F.C. Schaffer & Associates, Inc. v. Demech Contractors, Ltd.

EDITH H. JONES, Circuit Judge,

concurring:

I write separately to express dissatisfaction with the required outcome of this appeal. Relying, as we must, on the language of the applicable statute1 and this circuit’s precedent,2 this court necessarily concludes that we do not have jurisdiction to entertain this appeal at this time. However, this result seems to run against the spirit of the Supreme Court’s decision in First Options v. Kaplan, — U.S. -, 115 S.Ct. 1920, 131 L.Ed.2d 985 (1995). In First Options, the Court described arbitration as a remedy employed as “a way to resolve those disputes— but only those disputes — that the parties have agreed to submit to arbitration.” Id. at -, 115 S.Ct. at 1924; see AT & T Technologies, Inc. v. Communications Workers of Am., 475 U.S. 643, 648, 106 S.Ct. 1415, 1418, 89 L.Ed.2d 648 (1986) (arbitration “is a matter of contract and a party cannot be required to submit to arbitration any dispute which he has not agreed so to submit”). The heart of arbitration is the agreement between the parties.

In ■ this case, the parties’ contract upon which the lower court relied in compelling arbitration appears to have expired several months prior to the parties’ current business dealings.
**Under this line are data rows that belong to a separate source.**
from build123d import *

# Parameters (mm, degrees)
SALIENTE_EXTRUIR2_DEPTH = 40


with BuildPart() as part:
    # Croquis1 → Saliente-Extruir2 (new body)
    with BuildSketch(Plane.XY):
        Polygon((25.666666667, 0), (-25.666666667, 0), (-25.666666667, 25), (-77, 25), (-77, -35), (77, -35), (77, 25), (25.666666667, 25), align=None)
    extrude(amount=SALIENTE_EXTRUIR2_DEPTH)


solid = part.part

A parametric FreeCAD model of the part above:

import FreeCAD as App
import Part
import Sketcher
from FreeCAD import Vector
Q = App.Units.Quantity


def add_polygon(sketch, points):
    """Adds a closed chain of lines whose ends are joined by coincident constraints."""
    first, n = sketch.GeometryCount, len(points)
    for a, b in zip(points, points[1:] + points[:1]):
        sketch.addGeometry(Part.LineSegment(App.Vector(*a, 0), App.Vector(*b, 0)), False)
    for i in range(n):
        sketch.addConstraint(Sketcher.Constraint("Coincident", first + i, 2, first + (i + 1) % n, 1))

doc = App.newDocument("Part")
body = doc.addObject("PartDesign::Body", "Body")

sketch1 = doc.addObject("Sketcher::SketchObject", "Sketch")
body.addObject(sketch1)
sketch1.AttachmentSupport = (doc.XY_Plane, [""])
sketch1.MapMode = "FlatFace"
add_polygon(sketch1, [(26, 0), (-26, 0), (-26, 25), (-77, 25), (-77, -35), (77, -35), (77, 25), (26, 25)])
sketch1.addConstraint([
    Sketcher.Constraint("Horizontal", 0),
    Sketcher.Constraint("Vertical", 1),
    Sketcher.Constraint("Horizontal", 2),
    Sketcher.Constraint("Vertical", 3),
    Sketcher.Constraint("Horizontal", 4),
    Sketcher.Constraint("Vertical", 5),
    Sketcher.Constraint("Horizontal", 6),
    Sketcher.Constraint("Vertical", 7),
    Sketcher.Constraint("Symmetric", 0, 2, 7, 2, -1, 1),
    Sketcher.Constraint("Symmetric", 2, 2, 5, 2, -2),
    Sketcher.Constraint("Equal", 0, 2),
    Sketcher.Constraint("DistanceX", 4, 1, 4, 2, Q("154 mm")),
    Sketcher.Constraint("DistanceY", 1, 1, 1, 2, Q("25 mm")),
    Sketcher.Constraint("DistanceY", 3, 2, 3, 1, Q("60 mm")),
])
pad1 = doc.addObject("PartDesign::Pad", "Pad")
body.addObject(pad1)
pad1.Profile = sketch1
pad1.Length = 40

doc.recompute()
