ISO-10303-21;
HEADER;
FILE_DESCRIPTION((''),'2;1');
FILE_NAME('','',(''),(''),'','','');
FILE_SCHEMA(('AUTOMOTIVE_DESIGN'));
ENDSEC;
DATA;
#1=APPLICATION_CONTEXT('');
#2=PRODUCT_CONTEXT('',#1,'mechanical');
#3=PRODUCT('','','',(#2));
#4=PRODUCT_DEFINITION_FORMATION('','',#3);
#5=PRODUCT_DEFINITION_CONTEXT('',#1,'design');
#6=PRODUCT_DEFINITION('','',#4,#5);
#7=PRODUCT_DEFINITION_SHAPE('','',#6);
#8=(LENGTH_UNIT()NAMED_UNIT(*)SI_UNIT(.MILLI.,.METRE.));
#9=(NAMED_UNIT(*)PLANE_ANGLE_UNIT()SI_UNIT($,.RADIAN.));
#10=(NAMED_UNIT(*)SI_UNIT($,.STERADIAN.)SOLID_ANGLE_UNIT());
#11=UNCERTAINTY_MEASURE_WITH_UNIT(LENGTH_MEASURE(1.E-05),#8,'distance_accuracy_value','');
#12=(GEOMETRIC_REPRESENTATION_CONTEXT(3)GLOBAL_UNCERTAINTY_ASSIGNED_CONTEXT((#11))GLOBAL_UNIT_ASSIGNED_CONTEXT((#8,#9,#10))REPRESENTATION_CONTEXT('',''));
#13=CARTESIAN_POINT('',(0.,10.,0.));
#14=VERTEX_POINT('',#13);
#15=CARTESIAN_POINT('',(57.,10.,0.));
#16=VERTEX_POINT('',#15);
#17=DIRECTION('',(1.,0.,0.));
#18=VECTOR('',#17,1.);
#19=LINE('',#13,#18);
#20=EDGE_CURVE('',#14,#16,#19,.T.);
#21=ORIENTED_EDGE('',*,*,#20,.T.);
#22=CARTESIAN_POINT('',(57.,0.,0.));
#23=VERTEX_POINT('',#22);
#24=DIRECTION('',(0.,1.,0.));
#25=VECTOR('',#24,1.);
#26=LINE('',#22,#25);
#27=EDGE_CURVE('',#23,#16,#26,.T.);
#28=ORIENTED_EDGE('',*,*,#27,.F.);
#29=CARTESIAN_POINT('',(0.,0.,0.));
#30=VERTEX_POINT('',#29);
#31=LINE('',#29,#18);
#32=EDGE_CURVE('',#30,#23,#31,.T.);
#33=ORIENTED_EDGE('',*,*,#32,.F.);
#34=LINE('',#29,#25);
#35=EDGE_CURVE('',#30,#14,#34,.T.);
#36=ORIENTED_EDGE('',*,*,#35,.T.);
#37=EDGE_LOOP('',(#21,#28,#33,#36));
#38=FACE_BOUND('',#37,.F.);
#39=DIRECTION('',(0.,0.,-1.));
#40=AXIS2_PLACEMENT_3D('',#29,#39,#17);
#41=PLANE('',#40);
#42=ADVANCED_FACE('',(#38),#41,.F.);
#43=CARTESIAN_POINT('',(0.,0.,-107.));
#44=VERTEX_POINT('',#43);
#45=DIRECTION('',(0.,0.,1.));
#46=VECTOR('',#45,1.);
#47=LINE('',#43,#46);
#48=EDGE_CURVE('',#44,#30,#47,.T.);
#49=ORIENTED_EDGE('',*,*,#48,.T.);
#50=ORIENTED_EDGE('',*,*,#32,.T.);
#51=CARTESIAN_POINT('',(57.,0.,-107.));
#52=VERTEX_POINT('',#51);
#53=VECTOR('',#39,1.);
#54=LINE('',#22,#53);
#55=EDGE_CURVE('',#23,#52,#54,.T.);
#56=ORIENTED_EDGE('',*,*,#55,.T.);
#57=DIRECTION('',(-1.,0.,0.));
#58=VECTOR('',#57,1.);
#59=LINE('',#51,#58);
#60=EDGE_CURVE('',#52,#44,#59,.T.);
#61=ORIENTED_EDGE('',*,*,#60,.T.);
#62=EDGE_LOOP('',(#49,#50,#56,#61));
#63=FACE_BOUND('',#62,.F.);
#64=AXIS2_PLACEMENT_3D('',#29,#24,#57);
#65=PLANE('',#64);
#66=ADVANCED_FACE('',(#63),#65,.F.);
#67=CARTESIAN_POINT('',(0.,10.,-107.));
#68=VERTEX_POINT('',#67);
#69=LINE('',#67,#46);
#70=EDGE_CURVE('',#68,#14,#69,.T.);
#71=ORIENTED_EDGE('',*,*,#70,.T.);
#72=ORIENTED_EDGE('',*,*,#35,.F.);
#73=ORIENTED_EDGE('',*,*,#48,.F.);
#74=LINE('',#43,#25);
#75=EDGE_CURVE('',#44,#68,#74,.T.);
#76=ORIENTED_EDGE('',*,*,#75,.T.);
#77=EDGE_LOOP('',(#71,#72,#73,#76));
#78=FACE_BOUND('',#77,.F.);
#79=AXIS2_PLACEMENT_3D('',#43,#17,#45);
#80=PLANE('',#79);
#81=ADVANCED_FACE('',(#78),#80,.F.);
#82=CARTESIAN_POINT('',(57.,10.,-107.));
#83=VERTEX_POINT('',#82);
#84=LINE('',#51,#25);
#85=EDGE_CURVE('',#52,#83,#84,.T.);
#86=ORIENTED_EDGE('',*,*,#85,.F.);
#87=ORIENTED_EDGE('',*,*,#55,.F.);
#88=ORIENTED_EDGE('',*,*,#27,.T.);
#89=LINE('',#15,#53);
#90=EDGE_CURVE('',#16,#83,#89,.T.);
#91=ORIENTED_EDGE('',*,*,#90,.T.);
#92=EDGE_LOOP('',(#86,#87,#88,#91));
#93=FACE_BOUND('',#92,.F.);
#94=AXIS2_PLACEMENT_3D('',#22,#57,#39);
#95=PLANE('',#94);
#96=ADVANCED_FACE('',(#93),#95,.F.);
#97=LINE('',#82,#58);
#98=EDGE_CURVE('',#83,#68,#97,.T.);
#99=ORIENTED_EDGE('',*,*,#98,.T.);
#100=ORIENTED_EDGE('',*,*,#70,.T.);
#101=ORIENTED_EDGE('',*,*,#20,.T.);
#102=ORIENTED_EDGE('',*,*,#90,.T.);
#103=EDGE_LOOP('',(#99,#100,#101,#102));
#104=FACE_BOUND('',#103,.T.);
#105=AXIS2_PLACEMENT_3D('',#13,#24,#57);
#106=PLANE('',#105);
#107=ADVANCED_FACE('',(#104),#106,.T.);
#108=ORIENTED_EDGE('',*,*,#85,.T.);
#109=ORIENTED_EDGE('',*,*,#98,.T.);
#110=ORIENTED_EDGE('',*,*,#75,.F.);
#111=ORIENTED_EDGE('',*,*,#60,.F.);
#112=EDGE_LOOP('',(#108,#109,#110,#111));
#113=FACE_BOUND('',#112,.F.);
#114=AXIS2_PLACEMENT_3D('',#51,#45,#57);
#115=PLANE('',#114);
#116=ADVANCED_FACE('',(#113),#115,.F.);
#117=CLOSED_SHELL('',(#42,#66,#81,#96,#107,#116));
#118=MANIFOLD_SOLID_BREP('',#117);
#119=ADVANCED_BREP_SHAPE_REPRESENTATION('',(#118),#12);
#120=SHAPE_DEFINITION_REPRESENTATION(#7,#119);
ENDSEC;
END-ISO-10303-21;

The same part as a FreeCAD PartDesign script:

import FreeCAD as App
import Part
import Sketcher
from FreeCAD import Vector

doc = App.newDocument("Part")
params = doc.addObject("Spreadsheet::Sheet", "Params")
for row, (alias, value) in enumerate([
    ("sketch1_width", "57 mm"),
    ("sketch1_height", "107 mm"),
    ("pad1_length", "10 mm"),
], start=1):
    params.set(f"A{row}", alias)
    params.set(f"B{row}", "=" + value)
    params.setAlias(f"B{row}", alias)

body = doc.addObject("PartDesign::Body", "Body")

# Sketch on XZ plane
sketch1 = doc.addObject("Sketcher::SketchObject", "Sketch")
body.addObject(sketch1)
sketch1.AttachmentSupport = (doc.XZ_Plane, [""])
sketch1.MapMode = "FlatFace"
sketch1.addGeometry([
    Part.LineSegment(Vector(0, -107, 0), Vector(0, 0, 0)),
    Part.LineSegment(Vector(0, 0, 0), Vector(57, 0, 0)),
    Part.LineSegment(Vector(57, 0, 0), Vector(57, -107, 0)),
    Part.LineSegment(Vector(57, -107, 0), Vector(0, -107, 0)),
], False)
sketch1.addConstraint([
    Sketcher.Constraint("Coincident", 0, 2, 1, 1),
    Sketcher.Constraint("Coincident", 1, 2, 2, 1),
    Sketcher.Constraint("Coincident", 2, 2, 3, 1),
    Sketcher.Constraint("Coincident", 3, 2, 0, 1),
    Sketcher.Constraint("Vertical", 0),
    Sketcher.Constraint("Horizontal", 1),
    Sketcher.Constraint("Vertical", 2),
    Sketcher.Constraint("Horizontal", 3),
    Sketcher.Constraint("Coincident", 0, 2, -1, 1),
    Sketcher.Constraint("DistanceX", 1, 1, 1, 2, 57.0),
    Sketcher.Constraint("DistanceY", 0, 1, 0, 2, 107.0),
])
sketch1.setExpression("Constraints[9]", "Params.sketch1_width")
sketch1.setExpression("Constraints[10]", "Params.sketch1_height")
pad1 = doc.addObject("PartDesign::Pad", "Pad")
body.addObject(pad1)
pad1.Profile = sketch1
pad1.setExpression("Length", "Params.pad1_length")
pad1.Reversed = True

doc.recompute()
However, Schaffer is being forced into arbitration with Demech under the terms of the expired agreement. ■ Requiring Schaffer to expend its resources now by participating in a potentially unwarranted arbitration proceeding without the benefit of this *44court’s review of the lower court’s decision compelling arbitration is an unfortunate result which seems to run against the notion that parties should not be forced to arbitrate disputes when they did not agree to do so. Nevertheless, any review by this court will have to wait for another day.
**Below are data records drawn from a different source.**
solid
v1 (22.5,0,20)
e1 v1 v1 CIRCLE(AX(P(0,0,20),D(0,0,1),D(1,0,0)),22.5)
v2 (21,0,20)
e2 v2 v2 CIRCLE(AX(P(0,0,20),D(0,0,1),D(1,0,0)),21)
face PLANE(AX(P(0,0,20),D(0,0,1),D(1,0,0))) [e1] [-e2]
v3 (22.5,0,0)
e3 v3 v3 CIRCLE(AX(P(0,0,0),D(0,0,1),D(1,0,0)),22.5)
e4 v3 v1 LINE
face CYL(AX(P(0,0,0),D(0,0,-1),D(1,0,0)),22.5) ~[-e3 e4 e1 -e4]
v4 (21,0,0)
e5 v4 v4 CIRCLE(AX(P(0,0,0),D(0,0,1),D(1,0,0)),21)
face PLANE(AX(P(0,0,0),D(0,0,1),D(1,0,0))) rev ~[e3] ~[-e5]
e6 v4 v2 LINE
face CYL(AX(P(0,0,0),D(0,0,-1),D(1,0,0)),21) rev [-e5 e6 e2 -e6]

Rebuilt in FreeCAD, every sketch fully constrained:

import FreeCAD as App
import Part
import Sketcher
Q = App.Units.Quantity

doc = App.newDocument("Part")
params = doc.addObject("Spreadsheet::Sheet", "Params")
for row, (alias, value) in enumerate([
    ("sketch1_diameter", "45 mm"),
    ("sketch1_diameter2", "42 mm"),
    ("pad1_length", "20 mm"),
], start=1):
    params.set(f"A{row}", alias)
    params.set(f"B{row}", "=" + value)
    params.setAlias(f"B{row}", alias)

body = doc.addObject("PartDesign::Body", "Body")

# Sketch on XY plane
sketch1 = body.newObject("Sketcher::SketchObject", "Sketch")
sketch1.AttachmentSupport = (doc.getObject("XY_Plane"), [""])
sketch1.MapMode = "FlatFace"
sketch1.addGeometry([
    Part.Circle(App.Vector(0, 0, 0), App.Vector(0, 0, 1), 22),
    Part.Circle(App.Vector(0, 0, 0), App.Vector(0, 0, 1), 21),
], False)
sketch1.addConstraint([
    Sketcher.Constraint("Coincident", 0, 3, -1, 1),
    Sketcher.Constraint("Coincident", 1, 3, -1, 1),
    Sketcher.Constraint("Diameter", 0, Q("45 mm")),
    Sketcher.Constraint("Diameter", 1, Q("42 mm")),
])
sketch1.setExpression("Constraints[2]", "Params.sketch1_diameter")
sketch1.setExpression("Constraints[3]", "Params.sketch1_diameter2")
pad1 = body.newObject("PartDesign::Pad", "Pad")
pad1.Profile = sketch1
pad1.setExpression("Length", "Params.pad1_length")

doc.recompute()
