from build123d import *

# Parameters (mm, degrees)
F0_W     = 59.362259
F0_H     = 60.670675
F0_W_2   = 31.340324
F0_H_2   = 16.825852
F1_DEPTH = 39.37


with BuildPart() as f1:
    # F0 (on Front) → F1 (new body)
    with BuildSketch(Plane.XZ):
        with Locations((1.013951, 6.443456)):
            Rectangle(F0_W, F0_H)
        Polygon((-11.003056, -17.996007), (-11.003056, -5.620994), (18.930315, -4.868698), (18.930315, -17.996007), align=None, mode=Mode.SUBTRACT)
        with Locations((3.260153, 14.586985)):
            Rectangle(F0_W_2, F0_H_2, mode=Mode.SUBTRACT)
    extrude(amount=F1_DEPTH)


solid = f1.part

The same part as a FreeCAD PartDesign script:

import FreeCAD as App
import Part
import Sketcher
from FreeCAD import Vector
Q = App.Units.Quantity


def add_polygon(sketch, points):
    """Adds a closed chain of lines whose ends are joined by coincident constraints."""
    first, n = sketch.GeometryCount, len(points)
    for a, b in zip(points, points[1:] + points[:1]):
        sketch.addGeometry(Part.LineSegment(App.Vector(*a, 0), App.Vector(*b, 0)), False)
    for i in range(n):
        sketch.addConstraint(Sketcher.Constraint("Coincident", first + i, 2, first + (i + 1) % n, 1))

doc = App.newDocument("Part")
body = doc.addObject("PartDesign::Body", "Body")

# Sketch on XZ plane
sketch1 = body.newObject("Sketcher::SketchObject", "Sketch")
sketch1.AttachmentSupport = (doc.getObject("XZ_Plane"), [""])
sketch1.MapMode = "FlatFace"
add_polygon(sketch1, [(-29, 37), (-29, -24), (31, -24), (31, 37)])  # lines 0-3
add_polygon(sketch1, [(19, -18), (-11, -18), (-11, -6), (19, -5)])  # lines 4-7
add_polygon(sketch1, [(19, 6), (-12, 6), (-12, 23), (19, 23)])  # lines 8-11
sketch1.addConstraint([
    Sketcher.Constraint("Vertical", 0),
    Sketcher.Constraint("Horizontal", 1),
    Sketcher.Constraint("Vertical", 2),
    Sketcher.Constraint("Horizontal", 3),
    Sketcher.Constraint("Horizontal", 4),
    Sketcher.Constraint("Vertical", 5),
    Sketcher.Constraint("Vertical", 7),
    Sketcher.Constraint("Horizontal", 8),
    Sketcher.Constraint("Vertical", 9),
    Sketcher.Constraint("Horizontal", 10),
    Sketcher.Constraint("Vertical", 11),
    Sketcher.Constraint("Vertical", 7, 2, 10, 2),
    Sketcher.Constraint("DistanceX", 1, 1, 1, 2, Q("59.362259 mm")),
    Sketcher.Constraint("DistanceX", 4, 2, 4, 1, Q("29.933371 mm")),
    Sketcher.Constraint("DistanceY", 7, 2, 7, 1, Q("13.127309 mm")),
    Sketcher.Constraint("DistanceY", 6, 2, -1, 1, Q("4.868698 mm")),
    Sketcher.Constraint("DistanceY", 4, 2, 3, 2, Q("54.7748 mm")),
    Sketcher.Constraint("DistanceX", 8, 2, 8, 1, Q("31.340324 mm")),
    Sketcher.Constraint("DistanceY", 0, 2, 0, 1, Q("60.670675 mm")),
    Sketcher.Constraint("DistanceY", 5, 1, 5, 2, Q("12.375013 mm")),
    Sketcher.Constraint("DistanceY", 9, 1, 9, 2, Q("16.825852 mm")),
    Sketcher.Constraint("DistanceX", 0, 2, -1, 1, Q("28.667178 mm")),
    Sketcher.Constraint("DistanceX", 8, 2, -1, 1, Q("12.410009 mm")),
    Sketcher.Constraint("DistanceY", -1, 1, 8, 2, Q("6.174059 mm")),
])
pad1 = body.newObject("PartDesign::Pad", "Pad")
pad1.Profile = sketch1
pad1.Length = Q("1.55 in")

doc.recompute()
. See 9 U.S.C. § 16 (Supp.1996).

. See Ilva (USA), Inc. v. Alexander’s Daring M/V, 10 F.3d 255, 256 (5th Cir.1993) (ruling that this court had no jurisdiction to entertain an appeal of an interlocutory order compelling arbitration); West of England Ship Owners Mut. Ins. Ass'n v. American Marine Corp., 981 F.2d 749, 751 (5th Cir.1993) (same); McDermott Int’l, Inc. v. Underwriters at Lloyds Subscribing to Memorandum of Ins. No. 104207, 981 F.2d 744, 748 (same); Purdy v. Monex Int’l Ltd., 867 F.2d 1521, 1523 (5th Cir.) (same), cert. denied, 493 U.S. 863, 110 S.Ct. 180, 107 L.Ed.2d 136 (1989).